### Entries provided:
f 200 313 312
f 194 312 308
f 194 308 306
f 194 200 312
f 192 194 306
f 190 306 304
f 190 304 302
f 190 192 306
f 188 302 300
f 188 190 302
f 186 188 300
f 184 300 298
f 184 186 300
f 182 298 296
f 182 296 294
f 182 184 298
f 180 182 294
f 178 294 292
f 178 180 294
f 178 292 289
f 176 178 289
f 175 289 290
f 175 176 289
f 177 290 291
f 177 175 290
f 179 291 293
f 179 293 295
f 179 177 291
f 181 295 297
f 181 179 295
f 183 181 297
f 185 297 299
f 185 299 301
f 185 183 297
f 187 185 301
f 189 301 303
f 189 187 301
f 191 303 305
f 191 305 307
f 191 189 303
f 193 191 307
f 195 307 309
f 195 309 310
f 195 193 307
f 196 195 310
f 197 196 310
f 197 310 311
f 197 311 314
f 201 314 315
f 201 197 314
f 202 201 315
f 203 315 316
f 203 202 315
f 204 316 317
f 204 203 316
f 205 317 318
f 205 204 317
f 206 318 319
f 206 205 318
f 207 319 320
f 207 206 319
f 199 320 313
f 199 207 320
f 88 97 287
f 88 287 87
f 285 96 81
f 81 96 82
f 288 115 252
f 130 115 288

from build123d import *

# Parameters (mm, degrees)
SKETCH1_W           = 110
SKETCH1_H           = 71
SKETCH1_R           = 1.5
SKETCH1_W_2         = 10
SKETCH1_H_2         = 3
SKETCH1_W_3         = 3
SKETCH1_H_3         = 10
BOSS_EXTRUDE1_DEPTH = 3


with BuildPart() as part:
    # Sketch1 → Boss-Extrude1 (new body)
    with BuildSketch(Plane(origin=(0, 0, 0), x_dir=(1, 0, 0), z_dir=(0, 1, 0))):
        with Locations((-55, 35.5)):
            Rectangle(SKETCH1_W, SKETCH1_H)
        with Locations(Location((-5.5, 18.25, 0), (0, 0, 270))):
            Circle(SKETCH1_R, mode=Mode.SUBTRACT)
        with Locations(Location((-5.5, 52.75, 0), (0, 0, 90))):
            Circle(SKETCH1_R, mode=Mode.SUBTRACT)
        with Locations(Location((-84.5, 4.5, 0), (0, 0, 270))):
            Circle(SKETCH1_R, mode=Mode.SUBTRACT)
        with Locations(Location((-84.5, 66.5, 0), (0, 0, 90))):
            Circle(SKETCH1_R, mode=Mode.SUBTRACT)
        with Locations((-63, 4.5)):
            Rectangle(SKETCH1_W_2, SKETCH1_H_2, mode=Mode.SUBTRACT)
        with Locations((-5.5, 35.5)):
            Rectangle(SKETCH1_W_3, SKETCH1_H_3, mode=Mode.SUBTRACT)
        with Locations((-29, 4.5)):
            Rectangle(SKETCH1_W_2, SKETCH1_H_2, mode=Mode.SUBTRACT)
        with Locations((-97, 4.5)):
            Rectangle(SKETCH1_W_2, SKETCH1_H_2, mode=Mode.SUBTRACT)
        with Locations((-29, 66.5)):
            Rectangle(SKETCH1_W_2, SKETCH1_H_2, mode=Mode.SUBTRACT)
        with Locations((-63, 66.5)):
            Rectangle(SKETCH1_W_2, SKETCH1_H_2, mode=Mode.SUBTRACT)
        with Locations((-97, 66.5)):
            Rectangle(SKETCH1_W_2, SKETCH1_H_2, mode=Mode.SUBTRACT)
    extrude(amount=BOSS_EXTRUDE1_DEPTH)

### Exercise prompt:
Return the entries above exactly as they appear.

### Output for this exercise:
f 200 313 312
f 194 312 308
f 194 308 306
f 194 200 312
f 192 194 306
f 190 306 304
f 190 304 302
f 190 192 306
f 188 302 300
f 188 190 302
f 186 188 300
f 184 300 298
f 184 186 300
f 182 298 296
f 182 296 294
f 182 184 298
f 180 182 294
f 178 294 292
f 178 180 294
f 178 292 289
f 176 178 289
f 175 289 290
f 175 176 289
f 177 290 291
f 177 175 290
f 179 291 293
f 179 293 295
f 179 177 291
f 181 295 297
f 181 179 295
f 183 181 297
f 185 297 299
f 185 299 301
f 185 183 297
f 187 185 301
f 189 301 303
f 189 187 301
f 191 303 305
f 191 305 307
f 191 189 303
f 193 191 307
f 195 307 309
f 195 309 310
f 195 193 307
f 196 195 310
f 197 196 310
f 197 310 311
f 197 311 314
f 201 314 315
f 201 197 314
f 202 201 315
f 203 315 316
f 203 202 315
f 204 316 317
f 204 203 316
f 205 317 318
f 205 204 317
f 206 318 319
f 206 205 318
f 207 319 320
f 207 206 319
f 199 320 313
f 199 207 320
f 88 97 287
f 88 287 87
f 285 96 81
f 81 96 82
f 288 115 252
f 130 115 288

from build123d import *

# Parameters (mm, degrees)
SKETCH1_W           = 110
SKETCH1_H           = 71
SKETCH1_R           = 1.5
SKETCH1_W_2         = 10
SKETCH1_H_2         = 3
SKETCH1_W_3         = 3
SKETCH1_H_3         = 10
BOSS_EXTRUDE1_DEPTH = 3


with BuildPart() as part:
    # Sketch1 → Boss-Extrude1 (new body)
    with BuildSketch(Plane(origin=(0, 0, 0), x_dir=(1, 0, 0), z_dir=(0, 1, 0))):
        with Locations((-55, 35.5)):
            Rectangle(SKETCH1_W, SKETCH1_H)
        with Locations(Location((-5.5, 18.25, 0), (0, 0, 270))):
            Circle(SKETCH1_R, mode=Mode.SUBTRACT)
        with Locations(Location((-5.5, 52.75, 0), (0, 0, 90))):
            Circle(SKETCH1_R, mode=Mode.SUBTRACT)
        with Locations(Location((-84.5, 4.5, 0), (0, 0, 270))):
            Circle(SKETCH1_R, mode=Mode.SUBTRACT)
        with Locations(Location((-84.5, 66.5, 0), (0, 0, 90))):
            Circle(SKETCH1_R, mode=Mode.SUBTRACT)
        with Locations((-63, 4.5)):
            Rectangle(SKETCH1_W_2, SKETCH1_H_2, mode=Mode.SUBTRACT)
        with Locations((-5.5, 35.5)):
            Rectangle(SKETCH1_W_3, SKETCH1_H_3, mode=Mode.SUBTRACT)
        with Locations((-29, 4.5)):
            Rectangle(SKETCH1_W_2, SKETCH1_H_2, mode=Mode.SUBTRACT)
        with Locations((-97, 4.5)):
            Rectangle(SKETCH1_W_2, SKETCH1_H_2, mode=Mode.SUBTRACT)
        with Locations((-29, 66.5)):
            Rectangle(SKETCH1_W_2, SKETCH1_H_2, mode=Mode.SUBTRACT)
        with Locations((-63, 66.5)):
            Rectangle(SKETCH1_W_2, SKETCH1_H_2, mode=Mode.SUBTRACT)
        with Locations((-97, 66.5)):
            Rectangle(SKETCH1_W_2, SKETCH1_H_2, mode=Mode.SUBTRACT)
    extrude(amount=BOSS_EXTRUDE1_DEPTH)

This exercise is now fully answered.